WHAT IS EXPECTED: Report how many lines of the material below contain the string "bodies". The reply is that number and no more.

INFORMATION:
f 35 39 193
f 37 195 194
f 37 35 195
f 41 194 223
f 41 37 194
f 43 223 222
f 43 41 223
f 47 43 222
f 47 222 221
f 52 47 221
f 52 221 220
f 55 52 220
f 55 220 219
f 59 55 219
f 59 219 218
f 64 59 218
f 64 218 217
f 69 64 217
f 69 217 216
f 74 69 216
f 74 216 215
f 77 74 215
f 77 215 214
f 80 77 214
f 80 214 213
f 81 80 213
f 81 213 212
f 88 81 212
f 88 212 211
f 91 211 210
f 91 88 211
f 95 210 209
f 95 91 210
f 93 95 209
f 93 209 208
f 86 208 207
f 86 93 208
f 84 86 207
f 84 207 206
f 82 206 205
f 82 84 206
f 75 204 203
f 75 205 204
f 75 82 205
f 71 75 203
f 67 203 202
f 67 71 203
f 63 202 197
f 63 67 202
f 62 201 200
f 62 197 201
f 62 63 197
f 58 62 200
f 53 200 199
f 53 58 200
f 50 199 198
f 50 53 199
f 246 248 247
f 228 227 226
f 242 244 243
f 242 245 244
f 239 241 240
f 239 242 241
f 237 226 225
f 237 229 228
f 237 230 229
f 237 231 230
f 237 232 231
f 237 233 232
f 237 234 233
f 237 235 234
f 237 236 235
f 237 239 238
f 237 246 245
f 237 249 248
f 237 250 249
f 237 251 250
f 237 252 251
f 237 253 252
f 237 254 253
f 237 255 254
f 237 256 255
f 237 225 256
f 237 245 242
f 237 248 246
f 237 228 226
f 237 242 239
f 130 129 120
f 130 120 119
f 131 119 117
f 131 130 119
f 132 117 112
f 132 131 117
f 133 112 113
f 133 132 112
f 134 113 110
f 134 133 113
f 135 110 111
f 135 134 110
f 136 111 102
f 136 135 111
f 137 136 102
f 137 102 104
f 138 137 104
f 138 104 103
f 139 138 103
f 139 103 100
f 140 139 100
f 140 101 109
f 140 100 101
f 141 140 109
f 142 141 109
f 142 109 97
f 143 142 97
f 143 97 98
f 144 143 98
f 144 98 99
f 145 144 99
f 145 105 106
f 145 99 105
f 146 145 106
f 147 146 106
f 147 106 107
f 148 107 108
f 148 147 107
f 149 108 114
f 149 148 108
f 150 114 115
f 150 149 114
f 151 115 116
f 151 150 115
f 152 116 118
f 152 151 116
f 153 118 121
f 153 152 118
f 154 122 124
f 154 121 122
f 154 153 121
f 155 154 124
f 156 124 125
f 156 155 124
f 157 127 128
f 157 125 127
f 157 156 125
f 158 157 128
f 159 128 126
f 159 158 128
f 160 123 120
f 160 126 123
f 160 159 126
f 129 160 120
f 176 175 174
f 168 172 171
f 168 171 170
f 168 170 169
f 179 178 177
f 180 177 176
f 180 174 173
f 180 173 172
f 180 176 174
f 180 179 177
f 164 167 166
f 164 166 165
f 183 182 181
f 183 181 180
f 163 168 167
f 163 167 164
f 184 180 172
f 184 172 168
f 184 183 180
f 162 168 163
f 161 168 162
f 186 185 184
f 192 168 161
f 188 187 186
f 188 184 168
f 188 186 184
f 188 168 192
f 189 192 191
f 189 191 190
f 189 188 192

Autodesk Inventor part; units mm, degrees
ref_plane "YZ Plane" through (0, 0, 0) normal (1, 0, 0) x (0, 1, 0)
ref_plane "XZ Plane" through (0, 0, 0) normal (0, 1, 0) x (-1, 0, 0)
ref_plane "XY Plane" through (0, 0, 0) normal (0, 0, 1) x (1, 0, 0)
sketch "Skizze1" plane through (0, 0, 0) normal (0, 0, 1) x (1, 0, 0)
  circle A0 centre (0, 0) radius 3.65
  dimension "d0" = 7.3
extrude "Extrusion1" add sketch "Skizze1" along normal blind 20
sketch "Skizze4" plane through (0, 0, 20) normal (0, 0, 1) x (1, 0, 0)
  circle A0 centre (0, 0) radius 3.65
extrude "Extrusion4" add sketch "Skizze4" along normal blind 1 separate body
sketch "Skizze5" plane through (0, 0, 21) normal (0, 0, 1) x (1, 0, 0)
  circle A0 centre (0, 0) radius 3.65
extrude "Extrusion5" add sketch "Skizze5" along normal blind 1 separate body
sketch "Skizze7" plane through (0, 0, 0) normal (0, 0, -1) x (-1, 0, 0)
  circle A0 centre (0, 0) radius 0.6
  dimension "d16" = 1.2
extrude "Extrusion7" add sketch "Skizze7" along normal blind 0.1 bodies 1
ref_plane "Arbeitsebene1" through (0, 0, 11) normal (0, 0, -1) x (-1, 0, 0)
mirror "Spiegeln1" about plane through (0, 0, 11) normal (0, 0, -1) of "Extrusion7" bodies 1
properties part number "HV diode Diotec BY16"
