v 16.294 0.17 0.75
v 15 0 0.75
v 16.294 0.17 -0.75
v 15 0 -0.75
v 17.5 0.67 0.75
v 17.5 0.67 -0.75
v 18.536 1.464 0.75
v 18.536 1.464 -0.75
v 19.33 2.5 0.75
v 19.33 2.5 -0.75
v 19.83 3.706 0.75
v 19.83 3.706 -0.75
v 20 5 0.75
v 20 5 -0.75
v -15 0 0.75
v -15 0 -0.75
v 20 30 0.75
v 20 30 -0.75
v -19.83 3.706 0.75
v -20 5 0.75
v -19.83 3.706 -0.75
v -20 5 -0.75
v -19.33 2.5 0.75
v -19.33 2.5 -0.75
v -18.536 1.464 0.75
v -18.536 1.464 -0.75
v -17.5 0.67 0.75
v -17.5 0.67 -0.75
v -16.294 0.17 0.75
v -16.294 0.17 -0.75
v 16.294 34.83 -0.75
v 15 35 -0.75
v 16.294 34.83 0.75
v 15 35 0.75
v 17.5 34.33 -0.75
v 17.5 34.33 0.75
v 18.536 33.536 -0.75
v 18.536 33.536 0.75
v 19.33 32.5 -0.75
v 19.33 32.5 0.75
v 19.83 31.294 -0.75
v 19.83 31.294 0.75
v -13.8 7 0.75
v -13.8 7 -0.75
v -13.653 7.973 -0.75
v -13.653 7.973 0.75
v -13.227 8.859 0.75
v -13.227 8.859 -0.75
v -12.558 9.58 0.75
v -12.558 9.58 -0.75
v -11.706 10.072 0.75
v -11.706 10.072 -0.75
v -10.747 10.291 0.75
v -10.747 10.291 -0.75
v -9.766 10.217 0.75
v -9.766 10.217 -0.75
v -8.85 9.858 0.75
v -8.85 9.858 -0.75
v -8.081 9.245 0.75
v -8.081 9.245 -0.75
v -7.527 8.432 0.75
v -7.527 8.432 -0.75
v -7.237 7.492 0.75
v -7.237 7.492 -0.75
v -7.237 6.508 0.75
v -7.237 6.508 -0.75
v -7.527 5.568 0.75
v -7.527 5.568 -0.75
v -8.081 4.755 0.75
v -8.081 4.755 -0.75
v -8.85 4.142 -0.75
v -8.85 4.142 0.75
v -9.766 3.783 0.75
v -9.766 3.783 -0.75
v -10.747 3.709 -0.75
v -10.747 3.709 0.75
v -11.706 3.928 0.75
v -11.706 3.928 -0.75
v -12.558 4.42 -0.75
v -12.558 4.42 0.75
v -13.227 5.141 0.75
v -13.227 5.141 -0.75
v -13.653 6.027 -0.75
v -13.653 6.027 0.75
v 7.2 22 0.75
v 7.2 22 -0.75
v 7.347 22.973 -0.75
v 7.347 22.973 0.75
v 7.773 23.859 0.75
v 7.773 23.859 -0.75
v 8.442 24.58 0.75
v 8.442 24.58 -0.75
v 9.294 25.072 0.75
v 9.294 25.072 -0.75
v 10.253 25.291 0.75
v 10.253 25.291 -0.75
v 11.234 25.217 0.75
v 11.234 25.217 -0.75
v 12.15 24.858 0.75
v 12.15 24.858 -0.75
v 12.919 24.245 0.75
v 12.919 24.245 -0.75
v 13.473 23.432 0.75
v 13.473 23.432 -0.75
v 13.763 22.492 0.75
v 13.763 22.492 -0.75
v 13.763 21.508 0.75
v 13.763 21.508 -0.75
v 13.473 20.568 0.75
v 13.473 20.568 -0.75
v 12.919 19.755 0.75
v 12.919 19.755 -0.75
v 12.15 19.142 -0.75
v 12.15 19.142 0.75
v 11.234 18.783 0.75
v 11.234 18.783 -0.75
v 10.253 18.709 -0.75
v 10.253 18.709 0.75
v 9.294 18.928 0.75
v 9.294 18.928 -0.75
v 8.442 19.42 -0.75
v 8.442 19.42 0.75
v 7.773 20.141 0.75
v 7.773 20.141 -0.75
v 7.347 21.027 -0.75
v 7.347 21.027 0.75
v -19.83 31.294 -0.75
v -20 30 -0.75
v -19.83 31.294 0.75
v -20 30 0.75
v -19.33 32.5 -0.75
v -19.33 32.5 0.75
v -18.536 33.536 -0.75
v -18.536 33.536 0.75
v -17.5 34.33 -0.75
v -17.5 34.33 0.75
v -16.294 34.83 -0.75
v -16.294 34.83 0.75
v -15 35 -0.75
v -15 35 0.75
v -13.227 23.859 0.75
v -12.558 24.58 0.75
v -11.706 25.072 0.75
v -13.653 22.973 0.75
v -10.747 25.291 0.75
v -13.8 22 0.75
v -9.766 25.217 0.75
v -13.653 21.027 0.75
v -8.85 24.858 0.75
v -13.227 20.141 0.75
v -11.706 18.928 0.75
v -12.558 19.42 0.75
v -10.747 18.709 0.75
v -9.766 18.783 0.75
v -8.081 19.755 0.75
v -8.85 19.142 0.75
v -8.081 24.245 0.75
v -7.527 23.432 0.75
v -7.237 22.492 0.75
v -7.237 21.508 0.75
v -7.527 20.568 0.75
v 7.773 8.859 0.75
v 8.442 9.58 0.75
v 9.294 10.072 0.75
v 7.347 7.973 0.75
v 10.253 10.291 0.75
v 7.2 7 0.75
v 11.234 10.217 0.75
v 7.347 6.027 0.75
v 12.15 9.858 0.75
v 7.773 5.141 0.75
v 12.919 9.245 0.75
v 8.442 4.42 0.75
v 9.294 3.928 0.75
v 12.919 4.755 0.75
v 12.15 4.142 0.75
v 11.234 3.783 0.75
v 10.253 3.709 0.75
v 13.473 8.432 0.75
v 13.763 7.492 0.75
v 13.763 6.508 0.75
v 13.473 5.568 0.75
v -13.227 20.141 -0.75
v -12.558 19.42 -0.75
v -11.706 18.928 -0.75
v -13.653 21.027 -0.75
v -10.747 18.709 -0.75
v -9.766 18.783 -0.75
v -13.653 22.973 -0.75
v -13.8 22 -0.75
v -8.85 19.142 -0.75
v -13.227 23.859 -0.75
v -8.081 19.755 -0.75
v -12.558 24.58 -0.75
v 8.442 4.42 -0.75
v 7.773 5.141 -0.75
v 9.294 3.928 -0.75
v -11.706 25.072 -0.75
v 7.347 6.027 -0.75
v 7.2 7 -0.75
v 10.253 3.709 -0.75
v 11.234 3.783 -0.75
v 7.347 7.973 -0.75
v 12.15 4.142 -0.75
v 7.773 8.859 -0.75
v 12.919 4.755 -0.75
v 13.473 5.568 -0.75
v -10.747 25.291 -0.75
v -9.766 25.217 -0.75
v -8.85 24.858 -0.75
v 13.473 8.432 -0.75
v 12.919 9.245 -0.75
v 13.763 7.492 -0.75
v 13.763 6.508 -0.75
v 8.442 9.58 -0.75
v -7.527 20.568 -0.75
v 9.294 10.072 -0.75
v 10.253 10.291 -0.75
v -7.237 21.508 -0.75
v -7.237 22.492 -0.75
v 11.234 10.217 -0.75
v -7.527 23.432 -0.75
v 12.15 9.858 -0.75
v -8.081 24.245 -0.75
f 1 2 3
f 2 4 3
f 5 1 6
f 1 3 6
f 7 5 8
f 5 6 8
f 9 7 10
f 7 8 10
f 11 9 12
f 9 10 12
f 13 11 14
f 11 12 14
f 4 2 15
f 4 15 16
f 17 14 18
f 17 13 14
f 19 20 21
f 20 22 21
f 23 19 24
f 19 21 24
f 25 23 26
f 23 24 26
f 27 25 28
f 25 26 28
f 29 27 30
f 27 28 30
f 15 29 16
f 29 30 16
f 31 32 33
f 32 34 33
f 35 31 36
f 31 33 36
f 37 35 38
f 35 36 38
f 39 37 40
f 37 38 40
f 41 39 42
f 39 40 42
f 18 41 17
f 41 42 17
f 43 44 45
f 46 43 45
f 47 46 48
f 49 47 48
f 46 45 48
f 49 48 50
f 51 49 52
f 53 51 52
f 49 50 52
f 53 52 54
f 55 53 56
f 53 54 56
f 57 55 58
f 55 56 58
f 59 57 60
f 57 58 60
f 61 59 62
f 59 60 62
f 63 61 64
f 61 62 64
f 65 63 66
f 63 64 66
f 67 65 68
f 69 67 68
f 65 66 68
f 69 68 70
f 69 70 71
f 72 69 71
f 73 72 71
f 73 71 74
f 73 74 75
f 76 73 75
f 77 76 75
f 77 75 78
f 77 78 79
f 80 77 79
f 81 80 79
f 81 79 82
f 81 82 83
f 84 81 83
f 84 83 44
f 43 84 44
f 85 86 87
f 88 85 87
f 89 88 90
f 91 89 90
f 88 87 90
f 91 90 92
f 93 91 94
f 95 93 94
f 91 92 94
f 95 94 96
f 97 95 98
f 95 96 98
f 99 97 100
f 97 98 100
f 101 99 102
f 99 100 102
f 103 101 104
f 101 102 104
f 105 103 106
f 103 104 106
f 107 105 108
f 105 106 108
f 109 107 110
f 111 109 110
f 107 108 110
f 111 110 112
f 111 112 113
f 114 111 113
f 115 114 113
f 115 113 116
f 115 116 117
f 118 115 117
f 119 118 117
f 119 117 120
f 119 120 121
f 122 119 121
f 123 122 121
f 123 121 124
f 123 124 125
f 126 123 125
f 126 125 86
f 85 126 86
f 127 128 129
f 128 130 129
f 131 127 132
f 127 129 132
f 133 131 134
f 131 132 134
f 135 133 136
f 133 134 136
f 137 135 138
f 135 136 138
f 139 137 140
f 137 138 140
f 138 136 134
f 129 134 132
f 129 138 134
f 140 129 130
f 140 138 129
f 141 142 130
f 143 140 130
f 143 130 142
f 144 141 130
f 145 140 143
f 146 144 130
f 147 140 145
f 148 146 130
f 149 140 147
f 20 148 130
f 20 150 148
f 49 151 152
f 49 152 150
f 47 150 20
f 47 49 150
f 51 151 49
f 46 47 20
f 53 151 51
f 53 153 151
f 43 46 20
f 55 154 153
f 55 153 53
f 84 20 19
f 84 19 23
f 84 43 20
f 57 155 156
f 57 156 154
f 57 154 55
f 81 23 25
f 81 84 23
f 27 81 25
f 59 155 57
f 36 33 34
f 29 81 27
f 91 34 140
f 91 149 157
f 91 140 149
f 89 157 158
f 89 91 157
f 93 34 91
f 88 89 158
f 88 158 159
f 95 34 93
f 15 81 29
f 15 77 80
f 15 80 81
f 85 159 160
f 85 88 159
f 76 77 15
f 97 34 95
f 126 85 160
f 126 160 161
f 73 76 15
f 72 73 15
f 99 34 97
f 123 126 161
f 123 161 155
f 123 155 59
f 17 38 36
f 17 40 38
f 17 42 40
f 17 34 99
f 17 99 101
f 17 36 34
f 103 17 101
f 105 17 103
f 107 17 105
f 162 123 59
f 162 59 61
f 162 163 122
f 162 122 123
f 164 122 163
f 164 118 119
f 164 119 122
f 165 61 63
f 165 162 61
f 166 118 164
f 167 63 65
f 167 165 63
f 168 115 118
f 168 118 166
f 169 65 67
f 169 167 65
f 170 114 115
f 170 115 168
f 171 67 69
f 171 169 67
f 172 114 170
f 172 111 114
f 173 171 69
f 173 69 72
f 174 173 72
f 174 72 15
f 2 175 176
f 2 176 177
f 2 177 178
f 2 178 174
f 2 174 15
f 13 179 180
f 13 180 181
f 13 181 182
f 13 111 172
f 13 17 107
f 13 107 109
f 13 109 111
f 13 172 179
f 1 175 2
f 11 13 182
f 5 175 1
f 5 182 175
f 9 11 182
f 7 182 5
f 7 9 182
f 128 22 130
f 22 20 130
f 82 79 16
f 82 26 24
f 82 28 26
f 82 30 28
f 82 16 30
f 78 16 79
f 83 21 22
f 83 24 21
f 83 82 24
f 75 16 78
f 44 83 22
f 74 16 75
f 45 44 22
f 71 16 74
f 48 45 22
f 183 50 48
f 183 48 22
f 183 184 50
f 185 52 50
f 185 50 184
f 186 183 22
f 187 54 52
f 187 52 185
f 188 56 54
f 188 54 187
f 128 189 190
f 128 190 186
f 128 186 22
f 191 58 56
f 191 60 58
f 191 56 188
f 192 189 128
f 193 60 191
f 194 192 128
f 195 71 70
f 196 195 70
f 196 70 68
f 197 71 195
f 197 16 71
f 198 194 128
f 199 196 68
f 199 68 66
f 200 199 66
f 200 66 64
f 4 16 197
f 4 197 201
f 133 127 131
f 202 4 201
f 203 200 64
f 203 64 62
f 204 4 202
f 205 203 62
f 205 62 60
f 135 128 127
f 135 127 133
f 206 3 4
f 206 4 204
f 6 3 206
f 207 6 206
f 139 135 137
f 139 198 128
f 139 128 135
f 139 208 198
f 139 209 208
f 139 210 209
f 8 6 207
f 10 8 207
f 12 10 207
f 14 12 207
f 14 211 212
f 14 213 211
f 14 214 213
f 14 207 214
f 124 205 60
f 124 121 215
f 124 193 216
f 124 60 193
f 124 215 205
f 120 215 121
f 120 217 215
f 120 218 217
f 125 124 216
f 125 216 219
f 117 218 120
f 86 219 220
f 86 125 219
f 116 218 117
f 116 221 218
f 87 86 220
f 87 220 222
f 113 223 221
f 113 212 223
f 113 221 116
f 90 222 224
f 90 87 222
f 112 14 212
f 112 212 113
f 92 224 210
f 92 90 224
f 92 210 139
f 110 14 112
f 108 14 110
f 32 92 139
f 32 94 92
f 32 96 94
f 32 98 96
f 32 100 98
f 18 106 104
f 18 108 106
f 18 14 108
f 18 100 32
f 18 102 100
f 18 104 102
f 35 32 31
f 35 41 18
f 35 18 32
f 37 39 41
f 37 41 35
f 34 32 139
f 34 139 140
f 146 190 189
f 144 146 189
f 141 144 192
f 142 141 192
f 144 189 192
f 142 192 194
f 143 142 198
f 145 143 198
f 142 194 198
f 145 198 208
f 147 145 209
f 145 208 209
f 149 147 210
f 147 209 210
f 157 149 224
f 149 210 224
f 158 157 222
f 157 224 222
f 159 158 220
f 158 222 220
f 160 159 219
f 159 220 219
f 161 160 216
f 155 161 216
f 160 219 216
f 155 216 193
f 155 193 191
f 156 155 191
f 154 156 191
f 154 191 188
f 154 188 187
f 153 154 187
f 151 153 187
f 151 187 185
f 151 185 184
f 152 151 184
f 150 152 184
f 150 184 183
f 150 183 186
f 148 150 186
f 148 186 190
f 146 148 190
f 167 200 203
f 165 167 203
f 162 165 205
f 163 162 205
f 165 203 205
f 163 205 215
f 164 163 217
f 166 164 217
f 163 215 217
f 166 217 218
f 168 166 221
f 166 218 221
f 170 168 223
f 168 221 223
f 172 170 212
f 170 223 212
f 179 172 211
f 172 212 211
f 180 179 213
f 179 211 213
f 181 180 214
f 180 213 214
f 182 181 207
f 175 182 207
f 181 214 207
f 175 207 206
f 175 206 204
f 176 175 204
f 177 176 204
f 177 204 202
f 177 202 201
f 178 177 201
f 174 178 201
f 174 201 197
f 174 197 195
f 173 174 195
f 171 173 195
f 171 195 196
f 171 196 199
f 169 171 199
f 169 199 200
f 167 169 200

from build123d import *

# Parameters (mm, degrees)
F1_DEPTH = 20
F3_D     = 6.6
F3_DEPTH = 43
F3_TIP   = 1.9828400428
F4_R     = 5


with BuildPart() as f1:
    # F0 (on Right) → F1 (new body, symmetric)
    with BuildSketch(Plane.YZ):
        Polygon((0, 0), (0, -0.75), (35, -0.75), (35, 0.75), (0, 0.75), align=None)
    extrude(amount=F1_DEPTH, both=True)

    # F3
    with Locations(Plane.XY.offset(0.75)):
        with Locations((-10.5, 7), (10.5, 7), (10.5, 22), (-10.5, 22)):
            Hole(F3_D / 2, depth=F3_DEPTH)
            with Locations((0, 0, -(F3_DEPTH + F3_TIP / 2))):  # 118° drill point
                Cone(0, F3_D / 2, F3_TIP, mode=Mode.SUBTRACT)

    # F4
    f4_edges = [f1.edges().sort_by_distance(p)[0] for p in [
        (20, 0, 0),
        (-20, 0, 0),
        (20, 35, 0),
        (-20, 35, 0),
    ]]
    fillet(f4_edges, radius=F4_R)


solid = f1.part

RESULT OF THE EXERCISE: 2